The articulations of critical spectatorship suggest that both Heathcote and Brecht aim for their audiences to take responsibility for the next stage of the narrative, that takes place in the real world, when participants apply and practice their experienced knowledge from the fictional world. This concept is echoed by McCreery’s hope that children will make decisions of their own when confronted by racism, following their experiences on Flight Paths.
In published comparisons of Heathcote and Brecht (Muir, 1996), the common ground, shared by the two practitioners, is explicitly identified. The three dimensions which are most relevant to the facilitation of critical spectators are:
Knowledge: which both practitioners view as a process and ever- changing concept of change.
Participation: in which Heathcote seeks self-spectatorship through the use of role and Brecht asks his actors to perform whilst retaining ‘a critical relationship to the character’ (Muir, 1996: 40).
The first week of my secondment to the University of Newcastle consisted of shared teaching, led by Dorothy Heathcote and Oliver Fiala during which the commonality of Heathcote’s teaching and Brecht’s theatre was explored.
Epic: in which both practitioners seek to encourage participant- audiences to find connections between seemingly separate matters; the themes of the fiction connect with the real lives of the participants.
Brecht’s conceptual framework in A Short Organum for the Theatre (1964), argues for a theatre in which audiences not only observe but also understand the social circumstances which have led to the human predicament they observe on stage (1964: 190). Although the directorial role is strangely absent from the theory, Brecht is explicit that if social change is to occur, it requires a process in which informed and thinking actors take responsibility on an equal footing with other artists. Brecht’s Marxist ideology and recognition of the value of a more pro-active audience engagement led to the articulation of the following concepts:
Verfrumsdungeffect: which consists of transforming an object in the production from something ordinary, familiar and immediately accessible, into something striking and unexpected; one which the director intends to make the audience aware of (1964: 143). The development of this concept again stems from Brecht’s determination to create a productive ‘critical distance’ through which the audience, engage in spectatorship which prompts judgement and ‘debate’. It has a dual purpose: to interrupt and jolt the flow of the narrative and to highlight moments which warrant critical reflection (Bradby and Williams, 1988: 19).
Epic Theatre; in which scenes are self-contained, episodic and seemingly unconnected, thus creating a montage of meaning about a universal theme(s) which the audience must piece together to identify the social conditions which have produced the moment being observed. ‘Epic theatre’ is relevant to directors in devised and interactive contexts as well as text-based theatre.

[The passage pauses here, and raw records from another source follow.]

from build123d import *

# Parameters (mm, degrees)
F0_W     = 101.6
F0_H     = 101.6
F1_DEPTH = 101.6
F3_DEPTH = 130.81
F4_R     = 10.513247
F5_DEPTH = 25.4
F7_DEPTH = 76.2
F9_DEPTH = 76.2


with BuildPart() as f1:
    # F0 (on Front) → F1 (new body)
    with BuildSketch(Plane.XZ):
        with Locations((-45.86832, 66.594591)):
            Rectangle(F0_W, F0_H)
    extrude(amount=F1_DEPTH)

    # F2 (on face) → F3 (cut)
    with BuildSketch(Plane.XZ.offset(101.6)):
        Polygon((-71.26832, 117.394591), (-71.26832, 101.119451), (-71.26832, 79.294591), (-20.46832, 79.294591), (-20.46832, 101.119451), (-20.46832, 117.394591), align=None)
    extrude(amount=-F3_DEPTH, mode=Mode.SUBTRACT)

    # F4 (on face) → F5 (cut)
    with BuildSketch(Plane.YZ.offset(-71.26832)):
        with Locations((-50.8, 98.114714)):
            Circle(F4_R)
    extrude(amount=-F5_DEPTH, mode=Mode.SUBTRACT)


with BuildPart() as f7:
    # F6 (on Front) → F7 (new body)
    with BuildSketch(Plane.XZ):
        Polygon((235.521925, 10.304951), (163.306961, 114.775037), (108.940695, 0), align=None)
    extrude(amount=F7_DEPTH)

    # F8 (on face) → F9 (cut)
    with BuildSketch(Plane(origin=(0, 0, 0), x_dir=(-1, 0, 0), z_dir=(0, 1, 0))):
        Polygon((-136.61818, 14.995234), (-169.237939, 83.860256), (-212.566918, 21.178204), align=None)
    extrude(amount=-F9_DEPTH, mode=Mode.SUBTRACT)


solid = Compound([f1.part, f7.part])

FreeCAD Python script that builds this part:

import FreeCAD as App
import Part
import Sketcher

V = App.Vector
Q = App.Units.Quantity


def add_polygon(sketch, points):
    """Adds a closed chain of lines whose ends are joined by coincident constraints."""
    first, n = sketch.GeometryCount, len(points)
    for a, b in zip(points, points[1:] + points[:1]):
        sketch.addGeometry(Part.LineSegment(App.Vector(*a, 0), App.Vector(*b, 0)), False)
    for i in range(n):
        sketch.addConstraint(Sketcher.Constraint("Coincident", first + i, 2, first + (i + 1) % n, 1))

doc = App.newDocument("Part")
params = doc.addObject("Spreadsheet::Sheet", "Params")
for row, (alias, value) in enumerate([
    ("sketch1_width", "4 in"),
    ("pad1_length", "4 in"),
    ("sketch2_width", "2 in"),
    ("sketch2_height", "1.5 in"),
    ("pocket1_length", "5.15 in"),
    ("pocket2_length", "1 in"),
    ("sketch4_length", "5 in"),
    ("pad2_length", "3 in"),
    ("sketch5_length", "3 in"),
    ("pocket3_length", "3 in"),
], start=1):
    params.set(f"A{row}", alias)
    params.set(f"B{row}", "=" + value)
    params.setAlias(f"B{row}", alias)

body = doc.addObject("PartDesign::Body", "Body")

# Sketch on XZ plane
sketch1 = doc.addObject("Sketcher::SketchObject", "Sketch")
body.addObject(sketch1)
sketch1.AttachmentSupport = (doc.XZ_Plane, [""])
sketch1.MapMode = "FlatFace"
add_polygon(sketch1, [(-97, 117), (-97, 16), (5, 16), (5, 117)])  # lines 0-3
sketch1.addConstraint([
    Sketcher.Constraint("Vertical", 0),
    Sketcher.Constraint("Horizontal", 1),
    Sketcher.Constraint("Vertical", 2),
    Sketcher.Constraint("Horizontal", 3),
    Sketcher.Constraint("Equal", 3, 0),
    Sketcher.Constraint("DistanceX", 1, 1, 1, 2, Q("4 in")),
    Sketcher.Constraint("DistanceX", 0, 2, -1, 1, 96.66832),
    Sketcher.Constraint("DistanceY", -1, 1, 0, 2, 15.794591),
])
sketch1.setExpression("Constraints[9]", "Params.sketch1_width")
pad1 = doc.addObject("PartDesign::Pad", "Pad")
body.addObject(pad1)
pad1.Profile = sketch1
pad1.setExpression("Length", "Params.pad1_length")

# Sketch on XZ plane
sketch2 = doc.addObject("Sketcher::SketchObject", "Sketch001")
body.addObject(sketch2)
sketch2.AttachmentSupport = (doc.XZ_Plane, [""])
sketch2.MapMode = "FlatFace"
sketch2.AttachmentOffset = App.Placement(V(0, 0, 4 * 25.4), App.Rotation())
add_polygon(sketch2, [(-71, 117), (-71, 79), (-20, 79), (-20, 117)])  # lines 0-3
sketch2.addConstraint([
    Sketcher.Constraint("Vertical", 0),
    Sketcher.Constraint("Horizontal", 1),
    Sketcher.Constraint("Vertical", 2),
    Sketcher.Constraint("Horizontal", 3),
    Sketcher.Constraint("DistanceX", 1, 1, 1, 2, Q("2 in")),
    Sketcher.Constraint("DistanceY", 0, 2, 0, 1, Q("1.5 in")),
    Sketcher.Constraint("DistanceX", 0, 2, -1, 1, 71.26832),
    Sketcher.Constraint("DistanceY", -1, 1, 0, 2, 79.294591),
])
sketch2.setExpression("Constraints[8]", "Params.sketch2_width")
sketch2.setExpression("Constraints[9]", "Params.sketch2_height")
pocket1 = doc.addObject("PartDesign::Pocket", "Pocket")
body.addObject(pocket1)
pocket1.Profile = sketch2
pocket1.setExpression("Length", "Params.pocket1_length")

# Sketch on YZ plane
sketch3 = doc.addObject("Sketcher::SketchObject", "Sketch002")
body.addObject(sketch3)
sketch3.AttachmentSupport = (doc.YZ_Plane, [""])
sketch3.MapMode = "FlatFace"
sketch3.AttachmentOffset = App.Placement(V(0, 0, -71.26832), App.Rotation())
sketch3.addGeometry(Part.Circle(V(-51, 98, 0), V(0, 0, 1), 11), False)
sketch3.addConstraint([
    Sketcher.Constraint("DistanceX", 0, 3, -1, 1, Q("2 in")),
    Sketcher.Constraint("Diameter", 0, 21.026494),
    Sketcher.Constraint("DistanceY", -1, 1, 0, 3, 98.114714),
])
pocket2 = doc.addObject("PartDesign::Pocket", "Pocket001")
body.addObject(pocket2)
pocket2.Profile = sketch3
pocket2.setExpression("Length", "Params.pocket2_length")
body2 = doc.addObject("PartDesign::Body", "Body001")

# Sketch on XZ plane
sketch4 = doc.addObject("Sketcher::SketchObject", "Sketch003")
body2.addObject(sketch4)
sketch4.AttachmentSupport = (doc.getObject("XZ_Plane001"), [""])
sketch4.MapMode = "FlatFace"
add_polygon(sketch4, [(236, 10), (163, 115), (109, 0)])  # lines 0-2
sketch4.addConstraint([
    Sketcher.Constraint("PointOnObject", 1, 2, -1),
    Sketcher.Constraint("Equal", 0, 1),
    Sketcher.Constraint("Equal", 1, 2),
    Sketcher.Constraint("Distance", 0, Q("5 in")),
    Sketcher.Constraint("DistanceX", -1, 1, 0, 2, 163.306961),
    Sketcher.Constraint("DistanceY", -1, 1, 2, 2, 10.304951),
])
sketch4.setExpression("Constraints[6]", "Params.sketch4_length")
pad2 = doc.addObject("PartDesign::Pad", "Pad001")
body2.addObject(pad2)
pad2.Profile = sketch4
pad2.setExpression("Length", "Params.pad2_length")

# Sketch on XZ plane
sketch5 = doc.addObject("Sketcher::SketchObject", "Sketch004")
body2.addObject(sketch5)
sketch5.AttachmentSupport = (doc.getObject("XZ_Plane001"), [""])
sketch5.MapMode = "FlatFace"
add_polygon(sketch5, [(137, 15), (169, 84), (213, 21)])  # lines 0-2
sketch5.addConstraint([
    Sketcher.Constraint("Equal", 0, 1),
    Sketcher.Constraint("Equal", 1, 2),
    Sketcher.Constraint("Distance", 0, Q("3 in")),
    Sketcher.Constraint("DistanceX", -1, 1, 0, 2, 169.237939),
    Sketcher.Constraint("DistanceX", -1, 1, 2, 2, 136.61818),
    Sketcher.Constraint("DistanceY", -1, 1, 0, 2, 83.860256),
])
sketch5.setExpression("Constraints[5]", "Params.sketch5_length")
pocket3 = doc.addObject("PartDesign::Pocket", "Pocket002")
body2.addObject(pocket3)
pocket3.Profile = sketch5
pocket3.setExpression("Length", "Params.pocket3_length")
pocket3.Reversed = True

doc.recompute()
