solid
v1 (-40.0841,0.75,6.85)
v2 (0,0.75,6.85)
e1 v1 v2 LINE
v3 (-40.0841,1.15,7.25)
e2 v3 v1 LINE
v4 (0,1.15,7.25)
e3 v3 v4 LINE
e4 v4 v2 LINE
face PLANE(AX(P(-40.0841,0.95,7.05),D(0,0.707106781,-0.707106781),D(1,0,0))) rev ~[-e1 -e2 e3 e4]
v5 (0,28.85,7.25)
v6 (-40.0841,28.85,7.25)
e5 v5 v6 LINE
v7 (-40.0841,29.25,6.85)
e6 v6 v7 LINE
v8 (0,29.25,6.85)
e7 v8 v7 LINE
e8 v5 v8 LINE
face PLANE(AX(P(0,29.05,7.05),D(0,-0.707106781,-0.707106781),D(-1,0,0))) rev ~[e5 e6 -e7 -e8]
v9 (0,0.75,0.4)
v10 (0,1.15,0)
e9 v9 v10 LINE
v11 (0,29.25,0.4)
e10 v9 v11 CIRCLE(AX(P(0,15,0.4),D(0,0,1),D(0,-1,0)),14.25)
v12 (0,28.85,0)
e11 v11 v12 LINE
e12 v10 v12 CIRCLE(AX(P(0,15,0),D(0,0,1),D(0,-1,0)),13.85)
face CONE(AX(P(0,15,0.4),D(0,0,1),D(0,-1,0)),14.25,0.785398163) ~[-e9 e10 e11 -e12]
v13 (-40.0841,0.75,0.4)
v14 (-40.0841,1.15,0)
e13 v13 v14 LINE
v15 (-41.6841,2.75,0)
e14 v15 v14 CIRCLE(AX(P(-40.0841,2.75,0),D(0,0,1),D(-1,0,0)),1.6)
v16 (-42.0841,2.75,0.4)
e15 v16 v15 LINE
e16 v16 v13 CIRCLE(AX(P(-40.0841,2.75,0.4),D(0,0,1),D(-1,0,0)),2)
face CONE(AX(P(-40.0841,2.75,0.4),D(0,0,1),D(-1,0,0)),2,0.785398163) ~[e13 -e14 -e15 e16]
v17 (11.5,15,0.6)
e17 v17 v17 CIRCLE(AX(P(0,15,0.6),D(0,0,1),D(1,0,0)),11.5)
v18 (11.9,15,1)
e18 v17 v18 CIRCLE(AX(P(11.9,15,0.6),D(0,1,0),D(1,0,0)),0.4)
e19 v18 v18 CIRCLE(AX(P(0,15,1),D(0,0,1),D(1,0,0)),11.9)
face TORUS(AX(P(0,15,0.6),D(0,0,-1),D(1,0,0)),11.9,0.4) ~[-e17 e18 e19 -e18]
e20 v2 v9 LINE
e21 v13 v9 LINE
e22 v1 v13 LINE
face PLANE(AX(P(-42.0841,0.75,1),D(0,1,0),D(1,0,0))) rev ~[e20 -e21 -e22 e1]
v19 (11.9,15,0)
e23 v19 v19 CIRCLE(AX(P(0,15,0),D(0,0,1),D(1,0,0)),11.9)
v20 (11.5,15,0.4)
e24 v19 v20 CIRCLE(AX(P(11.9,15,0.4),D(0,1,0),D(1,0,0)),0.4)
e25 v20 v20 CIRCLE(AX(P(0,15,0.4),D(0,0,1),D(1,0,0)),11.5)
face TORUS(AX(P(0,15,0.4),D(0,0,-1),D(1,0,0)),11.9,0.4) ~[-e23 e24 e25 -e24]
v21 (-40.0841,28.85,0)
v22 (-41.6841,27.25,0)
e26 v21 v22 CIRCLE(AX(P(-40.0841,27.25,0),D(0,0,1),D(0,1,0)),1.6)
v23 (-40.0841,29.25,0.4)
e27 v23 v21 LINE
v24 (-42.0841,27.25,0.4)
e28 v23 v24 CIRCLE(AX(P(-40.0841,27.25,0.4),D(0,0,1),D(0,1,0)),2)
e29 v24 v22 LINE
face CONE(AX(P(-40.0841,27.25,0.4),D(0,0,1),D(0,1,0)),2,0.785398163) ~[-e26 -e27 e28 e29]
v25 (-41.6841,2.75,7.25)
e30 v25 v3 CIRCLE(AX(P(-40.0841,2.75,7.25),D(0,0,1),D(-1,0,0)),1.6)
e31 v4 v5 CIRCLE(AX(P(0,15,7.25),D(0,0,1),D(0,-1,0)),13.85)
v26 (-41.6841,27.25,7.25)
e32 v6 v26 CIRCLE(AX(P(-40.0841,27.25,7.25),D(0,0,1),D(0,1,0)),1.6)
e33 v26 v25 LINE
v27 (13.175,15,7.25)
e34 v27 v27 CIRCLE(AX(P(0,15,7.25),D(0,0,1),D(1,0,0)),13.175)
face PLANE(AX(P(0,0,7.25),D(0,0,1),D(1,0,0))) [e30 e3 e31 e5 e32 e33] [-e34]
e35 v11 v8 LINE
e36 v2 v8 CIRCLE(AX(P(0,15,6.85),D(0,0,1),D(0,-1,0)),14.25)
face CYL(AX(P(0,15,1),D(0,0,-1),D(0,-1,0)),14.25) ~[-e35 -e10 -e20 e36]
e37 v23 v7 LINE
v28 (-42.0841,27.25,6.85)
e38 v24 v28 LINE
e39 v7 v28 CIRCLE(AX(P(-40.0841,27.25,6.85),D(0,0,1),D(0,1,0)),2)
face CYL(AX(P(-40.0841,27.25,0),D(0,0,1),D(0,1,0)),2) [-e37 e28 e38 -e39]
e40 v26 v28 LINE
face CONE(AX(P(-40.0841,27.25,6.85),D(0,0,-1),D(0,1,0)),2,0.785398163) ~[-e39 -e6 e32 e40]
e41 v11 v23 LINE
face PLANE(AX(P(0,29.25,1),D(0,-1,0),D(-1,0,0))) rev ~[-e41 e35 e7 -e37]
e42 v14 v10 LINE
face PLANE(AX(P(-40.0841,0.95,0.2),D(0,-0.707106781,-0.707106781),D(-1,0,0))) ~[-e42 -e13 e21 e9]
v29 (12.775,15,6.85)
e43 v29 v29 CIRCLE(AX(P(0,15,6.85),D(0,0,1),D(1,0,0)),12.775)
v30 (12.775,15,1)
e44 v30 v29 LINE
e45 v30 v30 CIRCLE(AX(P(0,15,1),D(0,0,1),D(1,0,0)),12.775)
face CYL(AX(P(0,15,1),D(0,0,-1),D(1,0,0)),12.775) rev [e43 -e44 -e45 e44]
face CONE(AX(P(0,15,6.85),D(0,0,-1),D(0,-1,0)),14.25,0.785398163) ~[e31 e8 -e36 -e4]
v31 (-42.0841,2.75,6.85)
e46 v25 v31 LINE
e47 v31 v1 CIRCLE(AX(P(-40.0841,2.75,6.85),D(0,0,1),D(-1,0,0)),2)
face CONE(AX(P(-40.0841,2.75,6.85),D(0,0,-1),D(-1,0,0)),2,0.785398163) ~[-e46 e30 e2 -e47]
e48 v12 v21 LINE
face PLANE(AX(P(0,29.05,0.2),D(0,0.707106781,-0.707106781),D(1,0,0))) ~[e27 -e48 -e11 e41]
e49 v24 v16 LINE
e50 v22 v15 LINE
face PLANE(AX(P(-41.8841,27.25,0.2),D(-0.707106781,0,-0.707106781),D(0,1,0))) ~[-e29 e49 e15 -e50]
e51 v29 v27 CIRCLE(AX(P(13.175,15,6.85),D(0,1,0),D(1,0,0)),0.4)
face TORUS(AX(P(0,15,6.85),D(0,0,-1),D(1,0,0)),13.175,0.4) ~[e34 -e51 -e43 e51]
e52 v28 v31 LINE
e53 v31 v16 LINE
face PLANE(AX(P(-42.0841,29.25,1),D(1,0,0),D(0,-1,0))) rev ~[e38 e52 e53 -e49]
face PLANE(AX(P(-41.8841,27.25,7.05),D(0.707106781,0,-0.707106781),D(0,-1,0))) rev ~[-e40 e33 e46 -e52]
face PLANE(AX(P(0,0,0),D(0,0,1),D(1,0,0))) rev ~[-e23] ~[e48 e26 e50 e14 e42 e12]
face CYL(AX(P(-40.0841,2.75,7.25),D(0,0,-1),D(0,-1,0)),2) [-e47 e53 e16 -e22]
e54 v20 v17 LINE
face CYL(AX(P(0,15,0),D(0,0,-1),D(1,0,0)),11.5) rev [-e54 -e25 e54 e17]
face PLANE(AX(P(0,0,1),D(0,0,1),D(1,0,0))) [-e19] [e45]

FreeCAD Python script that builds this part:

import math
import FreeCAD as App
import Part
import Sketcher
from FreeCAD import Vector
Q = App.Units.Quantity


def edges_at(feature, points):
    """Names of the edges that pass closest to the given points."""
    edges = feature.Shape.Edges
    near = lambda p: min(range(len(edges)), key=lambda i: edges[i].distToShape(Part.Vertex(*p))[0])
    return sorted({f"Edge{near(p) + 1}" for p in points})

doc = App.newDocument("Part")
body = doc.addObject("PartDesign::Body", "Body")

# Sketch on XY plane
sketch1 = body.newObject("Sketcher::SketchObject", "Sketch")
sketch1.AttachmentSupport = (doc.getObject("XY_Plane"), [""])
sketch1.MapMode = "FlatFace"
sketch1.addGeometry(Part.LineSegment(Vector(0, 29.25, 0), Vector(-42.0841, 29.25, 0)), False)
sketch1.addGeometry(Part.LineSegment(Vector(-42.0841, 29.25, 0), Vector(-42.0841, 0.75, 0)), False)
sketch1.addGeometry(Part.LineSegment(Vector(-42.0841, 0.75, 0), Vector(0, 0.75, 0)), False)
sketch1.addGeometry(Part.ArcOfCircle(Part.Circle(Vector(0, 15, 0), Vector(0, 0, 1), 14.25), math.radians(-90), math.radians(90)), False)
sketch1.addGeometry(Part.Circle(Vector(0, 15, 0), Vector(0, 0, 1), 11.5), False)
sketch1.addConstraint(Sketcher.Constraint("Coincident", 0, 2, 1, 1))
sketch1.addConstraint(Sketcher.Constraint("Coincident", 1, 2, 2, 1))
sketch1.addConstraint(Sketcher.Constraint("Tangent", 2, 2, 3, 1))
sketch1.addConstraint(Sketcher.Constraint("Tangent", 3, 2, 0, 1))
sketch1.addConstraint(Sketcher.Constraint("Horizontal", 0))
sketch1.addConstraint(Sketcher.Constraint("Vertical", 1))
sketch1.addConstraint(Sketcher.Constraint("Horizontal", 2))
sketch1.addConstraint(Sketcher.Constraint("Coincident", 4, 3, 3, 3))
sketch1.addConstraint(Sketcher.Constraint("PointOnObject", 3, 3, -2))
sketch1.addConstraint(Sketcher.Constraint("Diameter", 4, Q("23 mm")))
sketch1.addConstraint(Sketcher.Constraint("DistanceY", -1, 1, 1, 2, Q("0.75 mm")))
sketch1.addConstraint(Sketcher.Constraint("Radius", 3, Q("14.25 mm")))
sketch1.addConstraint(Sketcher.Constraint("DistanceX", 0, 2, 0, 1, Q("42.084 mm")))
pad1 = body.newObject("PartDesign::Pad", "Pad")
pad1.Profile = sketch1
pad1.Length = 1

# Sketch on XY plane
sketch2 = body.newObject("Sketcher::SketchObject", "Sketch001")
sketch2.AttachmentSupport = (doc.getObject("XY_Plane"), [""])
sketch2.MapMode = "FlatFace"
sketch2.AttachmentOffset = App.Placement(Vector(0, 0, 1), App.Rotation())
sketch2.addGeometry(Part.ArcOfCircle(Part.Circle(Vector(0, 15, 0), Vector(0, 0, 1), 14.25), math.radians(-90), math.radians(90)), False)
sketch2.addGeometry(Part.LineSegment(Vector(0, 29.25, 0), Vector(-42.0841, 29.25, 0)), False)
sketch2.addGeometry(Part.LineSegment(Vector(-42.0841, 29.25, 0), Vector(-42.0841, 0.75, 0)), False)
sketch2.addGeometry(Part.LineSegment(Vector(-42.0841, 0.75, 0), Vector(0, 0.75, 0)), False)
sketch2.addGeometry(Part.Circle(Vector(0, 15, 0), Vector(0, 0, 1), 12.775), False)
sketch2.addConstraint(Sketcher.Constraint("Tangent", 0, 2, 1, 1))
sketch2.addConstraint(Sketcher.Constraint("Coincident", 1, 2, 2, 1))
sketch2.addConstraint(Sketcher.Constraint("Coincident", 2, 2, 3, 1))
sketch2.addConstraint(Sketcher.Constraint("Tangent", 3, 2, 0, 1))
sketch2.addConstraint(Sketcher.Constraint("Horizontal", 1))
sketch2.addConstraint(Sketcher.Constraint("Vertical", 2))
sketch2.addConstraint(Sketcher.Constraint("Horizontal", 3))
sketch2.addConstraint(Sketcher.Constraint("Coincident", 4, 3, 0, 3))
sketch2.addConstraint(Sketcher.Constraint("PointOnObject", 0, 3, -2))
sketch2.addConstraint(Sketcher.Constraint("Diameter", 4, Q("25.55 mm")))
sketch2.addConstraint(Sketcher.Constraint("Radius", 0, Q("14.25 mm")))
sketch2.addConstraint(Sketcher.Constraint("DistanceY", -1, 1, 0, 3, Q("15 mm")))
sketch2.addConstraint(Sketcher.Constraint("DistanceX", 1, 2, 1, 1, Q("42.084 mm")))
pad2 = body.newObject("PartDesign::Pad", "Pad001")
pad2.Profile = sketch2
pad2.Length = 6.25
doc.recompute()

fillet = body.newObject("PartDesign::Fillet", "Fillet")
fillet.Base = (pad2, edges_at(pad2, [(-42.084, 0.75, 3.625), (-42.084, 29.25, 3.625)]))
fillet.Radius = 2
doc.recompute()

chamfer = body.newObject("PartDesign::Chamfer", "Chamfer")
chamfer.Base = (fillet, edges_at(fillet, [
    (-20.042, 29.25, 7.25),
    (-41.498, 28.664, 7.25),
    (-42.084, 15, 7.25),
    (-41.498, 1.336, 7.25),
    (-20.042, 0.75, 7.25),
    (14.25, 15, 7.25),
]))
chamfer.Size = 0.4
doc.recompute()

chamfer2 = body.newObject("PartDesign::Chamfer", "Chamfer001")
chamfer2.Base = (chamfer, edges_at(chamfer, [
    (-20.042, 0.75, 0),
    (14.25, 15, 0),
    (-20.042, 29.25, 0),
    (-41.498, 28.664, 0),
    (-42.084, 15, 0),
    (-41.498, 1.336, 0),
]))
chamfer2.Size = 0.4
doc.recompute()

fillet2 = body.newObject("PartDesign::Fillet", "Fillet001")
fillet2.Base = (chamfer2, edges_at(chamfer2, [(-11.5, 15, 0)]))
fillet2.Radius = 0.4
doc.recompute()

fillet3 = body.newObject("PartDesign::Fillet", "Fillet002")
fillet3.Base = (fillet2, edges_at(fillet2, [(-11.5, 15, 1)]))
fillet3.Radius = 0.4
doc.recompute()

fillet4 = body.newObject("PartDesign::Fillet", "Fillet003")
fillet4.Base = (fillet3, edges_at(fillet3, [(-12.775, 15, 7.25)]))
fillet4.Radius = 0.4

doc.recompute()
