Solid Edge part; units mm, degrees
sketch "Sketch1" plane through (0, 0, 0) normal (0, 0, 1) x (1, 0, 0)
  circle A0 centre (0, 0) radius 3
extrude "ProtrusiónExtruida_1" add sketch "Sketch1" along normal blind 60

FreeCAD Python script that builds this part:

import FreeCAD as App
import Part
import Sketcher
from FreeCAD import Vector
Q = App.Units.Quantity

doc = App.newDocument("Part")
body = doc.addObject("PartDesign::Body", "Body")

# Sketch on XY plane
sketch1 = doc.addObject("Sketcher::SketchObject", "Sketch")
body.addObject(sketch1)
sketch1.AttachmentSupport = (doc.XY_Plane, [""])
sketch1.MapMode = "FlatFace"
sketch1.addGeometry(Part.Circle(Vector(0, 0, 0), Vector(0, 0, 1), 3), False)
sketch1.addConstraint([
    Sketcher.Constraint("Coincident", 0, 3, -1, 1),
    Sketcher.Constraint("Diameter", 0, Q("6 mm")),
])
pad1 = doc.addObject("PartDesign::Pad", "Pad")
body.addObject(pad1)
pad1.Profile = sketch1
pad1.Length = 60

doc.recompute()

In epic theatre, the audience is invited to address questions of relationships, social circumstances, identity or
oppression through the balanced relationship of reality and fiction, developed by the director’s craft. Brecht, as director, would use placards to critically comment on the events of the play and highlight comparable events that were taking place elsewhere in the world, in order to increase opportunities for the audience to make connections beyond the narrative and interrogate alternative courses of action (Mitter, 2005: 53).
Dialectical materialism: Brecht defines dialectical materialism as a process that ‘regards nothing as existing except in so far as it changes, in other words it is in disharmony with itself’ (1964: 193). It became the philosophy of a theatre process which Brecht envisaged would achieve his political aims, believing ‘contradictions are the source of change and progressive development’ (Mumford, 2009: 85). In Brecht’s own words; ‘I wanted to take the principle that it was not just a matter of interpreting the world but of changing it’ (Brecht, 1980: 31).
The critical spectator transcends individual fields of specialist theatre practice. It brings together directors from different traditions. Greenwood (2001) interprets the concept as a shared mission in which theatre is ‘an aesthetic event to activate human consciousness in unique ways’ (2001: 193). In his analysis of achieving Greenwood’s ‘human consciousness’ Taylor (2003) suggests ‘action, reflection and transformation’ as three key practical transitional stages which create possibilities for both facilitators and participants. He argues that artists are ‘working in unison with participants to assist them to build a critical consciousness’ (2003: 67).
Brecht’s plays reflect the same sense of prompting audience awareness of issues beyond the immediate present that Heathcote’s teaching addresses (Muir, 1996). At the end of The Resistible Rise of Arturo Ui, Brecht has the actor who is playing Ui speak to the audience in direct
address as his real self in the final speech of the play. The subject of his biting satire is Hitler and the manner of his rise to power:
Epilogue
Therefore learn how to see and not to gape. To act instead of talking all day long.
The world was almost won by such an ape The nations put him where his kind belong. But don’t rejoice too soon at your escape- The womb he crawled from is still going strong (Brecht, 1987: 213)
Brecht’s theories, in respect of critical spectatorship, have influenced practice across the applied theatre field. So prominently, that Prentki (2009) declares verfremdungseffekt to be a ‘key prerequisite for applied theatre’ (2009: 365). Brecht was part of a tradition of mainland European theatre workers who aimed for politically engaging theatre in communities. Their theatre and influence was evident on directorial practice in the UK before WW1.